I started a startup this year and, though it’s been going slower than I’d like since it’s a solo venture so far and I’ve been primarily focused on fixing me first, I realize that posting this might make some investors balk at giving me money, if I do ever decide to seek funding. This isn’t necessarily surprising, since the venture capital industry doesn’t have exactly have a sterling track record when it comes to being empathetic. Or even like, acting like a human being. But it’s not just them, of course; people I hire down the line, people I work with, business partners, hell, even some friends might even kind of subconsciously feel funny reading about this stuff and think about me different.

But still, I obviously think it’s worth talking about. People act so weirdly when it comes to this stuff, precisely because we don’t talk about it, even today, in 2017. Fuck flying cars and laser guns, I want transparent discussion of mental problems in society.

One of the weird things I realized throughout this whole process is how different people react with this. Some friends truly get it, and are fantastic resources for you to talk to. Some just don’t. I reached out to some of my closest friends and struck out (“get out of here with this shit, Holman, you’re fine”). I’ve alluded about it to other distant friends (some of which I didn’t previously even think of as a “friend”) and found myself in an immediate boat load of compassionate support. I’ve seen everything in between. Some people get it, some people don’t. (And it turns out that very happy people might really never really understand.) I think a huge part of it is whether they’ve experienced it themselves, or, barring that, if they’ve ever had a close friend or partner go through this. It’s truly night and day between the two extremes, and you don’t always have to seek your best friends out and lean on them for support. Support comes from a lot of people; if you drop the ball, you might be surprised at who helps you pick it back up.

Seek help.

You actually need to do something to get out of the hole that you’re in. Don’t worry; I’m not giving you the “run a mile, you’ll feel great!” advice. If you do something proactive, like seeing a therapist, or trying medication, or making major life changes that avoid things that make you feel shitty, great. If it’s something less proactive, like opening yourself up to a friend who’s interested in helping you make those first steps, then do that too.
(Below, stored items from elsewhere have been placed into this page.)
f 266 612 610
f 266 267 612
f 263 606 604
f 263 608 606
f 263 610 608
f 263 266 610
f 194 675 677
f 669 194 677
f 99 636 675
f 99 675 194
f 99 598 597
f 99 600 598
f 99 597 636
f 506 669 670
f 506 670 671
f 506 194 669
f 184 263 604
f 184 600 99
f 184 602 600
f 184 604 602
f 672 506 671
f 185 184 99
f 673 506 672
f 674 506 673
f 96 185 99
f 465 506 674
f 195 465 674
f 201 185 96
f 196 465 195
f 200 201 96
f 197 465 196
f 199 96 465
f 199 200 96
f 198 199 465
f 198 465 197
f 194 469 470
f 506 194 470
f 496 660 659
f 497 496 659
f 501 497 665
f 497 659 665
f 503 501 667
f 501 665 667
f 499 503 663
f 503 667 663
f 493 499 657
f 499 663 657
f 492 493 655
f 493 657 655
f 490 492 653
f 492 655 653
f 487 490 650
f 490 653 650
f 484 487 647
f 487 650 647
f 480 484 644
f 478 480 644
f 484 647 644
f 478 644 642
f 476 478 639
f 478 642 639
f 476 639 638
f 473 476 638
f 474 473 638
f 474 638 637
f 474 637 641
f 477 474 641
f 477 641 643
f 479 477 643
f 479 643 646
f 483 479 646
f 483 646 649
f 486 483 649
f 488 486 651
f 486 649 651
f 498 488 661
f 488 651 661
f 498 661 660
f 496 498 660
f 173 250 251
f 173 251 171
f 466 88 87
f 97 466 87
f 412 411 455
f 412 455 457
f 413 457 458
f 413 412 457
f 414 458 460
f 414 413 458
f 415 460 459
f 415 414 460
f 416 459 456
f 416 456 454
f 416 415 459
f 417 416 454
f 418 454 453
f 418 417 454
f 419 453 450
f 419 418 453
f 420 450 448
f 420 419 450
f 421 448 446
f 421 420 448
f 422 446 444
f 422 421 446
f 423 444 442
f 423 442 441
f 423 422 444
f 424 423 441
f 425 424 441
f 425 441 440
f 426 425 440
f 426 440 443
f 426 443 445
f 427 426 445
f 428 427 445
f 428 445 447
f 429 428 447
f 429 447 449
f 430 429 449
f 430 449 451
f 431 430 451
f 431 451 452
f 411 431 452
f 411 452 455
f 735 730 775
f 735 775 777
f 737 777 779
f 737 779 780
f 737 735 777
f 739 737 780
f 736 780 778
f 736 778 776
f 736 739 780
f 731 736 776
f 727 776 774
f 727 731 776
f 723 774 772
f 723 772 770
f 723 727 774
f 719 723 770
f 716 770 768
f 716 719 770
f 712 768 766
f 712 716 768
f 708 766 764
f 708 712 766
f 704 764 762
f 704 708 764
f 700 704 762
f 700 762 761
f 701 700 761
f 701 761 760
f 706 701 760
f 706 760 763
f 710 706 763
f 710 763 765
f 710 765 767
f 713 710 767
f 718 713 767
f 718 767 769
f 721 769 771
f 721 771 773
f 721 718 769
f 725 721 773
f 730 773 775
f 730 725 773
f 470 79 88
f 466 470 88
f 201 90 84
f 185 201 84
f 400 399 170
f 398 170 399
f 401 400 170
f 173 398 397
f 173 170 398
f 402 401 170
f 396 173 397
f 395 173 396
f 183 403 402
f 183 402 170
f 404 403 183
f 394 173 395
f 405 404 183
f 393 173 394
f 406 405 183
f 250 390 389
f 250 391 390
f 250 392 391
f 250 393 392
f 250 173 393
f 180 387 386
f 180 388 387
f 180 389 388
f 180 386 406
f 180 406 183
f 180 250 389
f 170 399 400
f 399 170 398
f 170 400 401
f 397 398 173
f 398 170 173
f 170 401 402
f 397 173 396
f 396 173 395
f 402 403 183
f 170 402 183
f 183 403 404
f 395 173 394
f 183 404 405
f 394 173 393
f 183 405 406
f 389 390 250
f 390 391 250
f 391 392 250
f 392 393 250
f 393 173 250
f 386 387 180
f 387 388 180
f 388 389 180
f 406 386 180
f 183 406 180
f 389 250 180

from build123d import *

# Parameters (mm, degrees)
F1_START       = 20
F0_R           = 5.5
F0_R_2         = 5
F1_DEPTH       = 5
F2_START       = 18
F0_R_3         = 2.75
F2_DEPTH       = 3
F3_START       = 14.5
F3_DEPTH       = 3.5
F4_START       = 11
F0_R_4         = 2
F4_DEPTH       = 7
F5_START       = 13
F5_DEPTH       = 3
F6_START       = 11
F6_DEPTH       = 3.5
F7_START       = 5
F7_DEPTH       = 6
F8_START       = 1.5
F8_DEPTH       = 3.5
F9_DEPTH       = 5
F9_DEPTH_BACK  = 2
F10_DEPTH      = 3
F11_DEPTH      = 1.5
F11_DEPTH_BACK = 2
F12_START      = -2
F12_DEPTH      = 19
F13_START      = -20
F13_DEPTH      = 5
You can do some of these yourself, and some things you can allow yourself to be selfish and let someone help you. They’re out there. They want to help.

Seek help.

Notice and write down the achievements you actually do achieve. Keep a journal, or at the very least, keep a running todo list where you can check off even the basic things, like “clean my desk”. At the end of the day, you help yourself by seeing what you actually did. Sometimes doing the small things helps you start on doing the big things. My depression always prevented me from starting things, and from seeing what I did. That sucked, and was a self-defeating cycle.

Help others seek help.

I’m writing this primarily for people who are dealing with depression, but secondarily I’m writing it for you, the person who doesn’t have to cope with these feelings on a day-to-day basis, but who doesn’t really know how to help someone. A little bit of context goes a long way. You might feel unprepared to fix a friend’s problems, but you can do the leg work for them. Find a local therapist in their neighborhood that works with their insurance (if they’re an American like me, that is, otherwise just go have a health insurance party if you’re in other countries, you lucky bastards). Or just listen. Listening helps a lot, even if they don’t actually listen to you. Years ago, when I was at one of my worsts, two friends went way out of their way and came to my house to check on me. I didn’t really show them much gratefulness back then, but goddamn, that’s a debt that I still won’t ever be able to repay. The little things count. If not today, then they’ll count tomorrow, I promise you that.